● **Problem**: Below are the entries. Transcribe exactly the lines from the one with "face CYL(AX(P(0,37.13,0),D(0,-1,0),D(0,0,-1)),7.94) [e5]" through the one with "FreeCAD Python script", ends included, and leave out all others.

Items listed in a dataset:
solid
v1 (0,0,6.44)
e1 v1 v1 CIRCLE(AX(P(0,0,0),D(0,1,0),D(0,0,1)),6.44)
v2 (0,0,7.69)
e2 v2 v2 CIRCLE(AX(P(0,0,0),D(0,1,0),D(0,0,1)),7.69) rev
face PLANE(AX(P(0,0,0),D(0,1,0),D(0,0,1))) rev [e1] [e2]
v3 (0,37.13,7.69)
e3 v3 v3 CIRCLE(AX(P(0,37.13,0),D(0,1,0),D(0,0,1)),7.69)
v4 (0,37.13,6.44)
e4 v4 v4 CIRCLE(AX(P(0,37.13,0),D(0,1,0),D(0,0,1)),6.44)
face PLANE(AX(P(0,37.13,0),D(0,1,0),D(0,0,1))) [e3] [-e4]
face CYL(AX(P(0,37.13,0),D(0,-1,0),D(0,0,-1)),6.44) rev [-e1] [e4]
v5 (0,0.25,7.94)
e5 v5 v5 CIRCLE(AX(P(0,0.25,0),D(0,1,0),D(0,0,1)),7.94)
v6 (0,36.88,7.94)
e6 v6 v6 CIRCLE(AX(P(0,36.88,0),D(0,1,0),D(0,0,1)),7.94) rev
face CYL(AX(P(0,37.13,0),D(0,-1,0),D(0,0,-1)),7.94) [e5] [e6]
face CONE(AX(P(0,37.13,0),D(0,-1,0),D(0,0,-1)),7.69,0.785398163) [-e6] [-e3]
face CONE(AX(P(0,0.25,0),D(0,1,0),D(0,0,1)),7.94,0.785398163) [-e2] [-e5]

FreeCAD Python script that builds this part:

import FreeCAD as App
import Part
import Sketcher
from FreeCAD import Vector
Q = App.Units.Quantity


def edges_at(feature, points):
    """Names of the edges that pass closest to the given points."""
    edges = feature.Shape.Edges
    near = lambda p: min(range(len(edges)), key=lambda i: edges[i].distToShape(Part.Vertex(*p))[0])
    return sorted({f"Edge{near(p) + 1}" for p in points})

doc = App.newDocument("Part")
body = doc.addObject("PartDesign::Body", "Body")

sketch1 = body.newObject("Sketcher::SketchObject", "Sketch")
sketch1.AttachmentSupport = (doc.getObject("XZ_Plane"), [""])
sketch1.MapMode = "FlatFace"
sketch1.addGeometry(Part.Circle(Vector(0, 0, 0), Vector(0, 0, 1), 7.94), False)
sketch1.addGeometry(Part.Circle(Vector(0, 0, 0), Vector(0, 0, 1), 6.44), False)
sketch1.addConstraint(Sketcher.Constraint("Coincident", 0, 3, -1, 1))
sketch1.addConstraint(Sketcher.Constraint("Coincident", 1, 3, -1, 1))
sketch1.addConstraint(Sketcher.Constraint("Diameter", 0, Q("15.88 mm")))
sketch1.addConstraint(Sketcher.Constraint("Diameter", 1, Q("12.88 mm")))
pad1 = body.newObject("PartDesign::Pad", "Pad")
pad1.Profile = sketch1
pad1.Length = 37.13
pad1.Reversed = True
doc.recompute()

chamfer = body.newObject("PartDesign::Chamfer", "Chamfer")
chamfer.Base = (pad1, edges_at(pad1, [(-7.94, 0, 0), (-7.94, 37.13, 0)]))
chamfer.Size = 0.25

doc.recompute()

● **Response**:
face CYL(AX(P(0,37.13,0),D(0,-1,0),D(0,0,-1)),7.94) [e5] [e6]
face CONE(AX(P(0,37.13,0),D(0,-1,0),D(0,0,-1)),7.69,0.785398163) [-e6] [-e3]
face CONE(AX(P(0,0.25,0),D(0,1,0),D(0,0,1)),7.94,0.785398163) [-e2] [-e5]

FreeCAD Python script that builds this part:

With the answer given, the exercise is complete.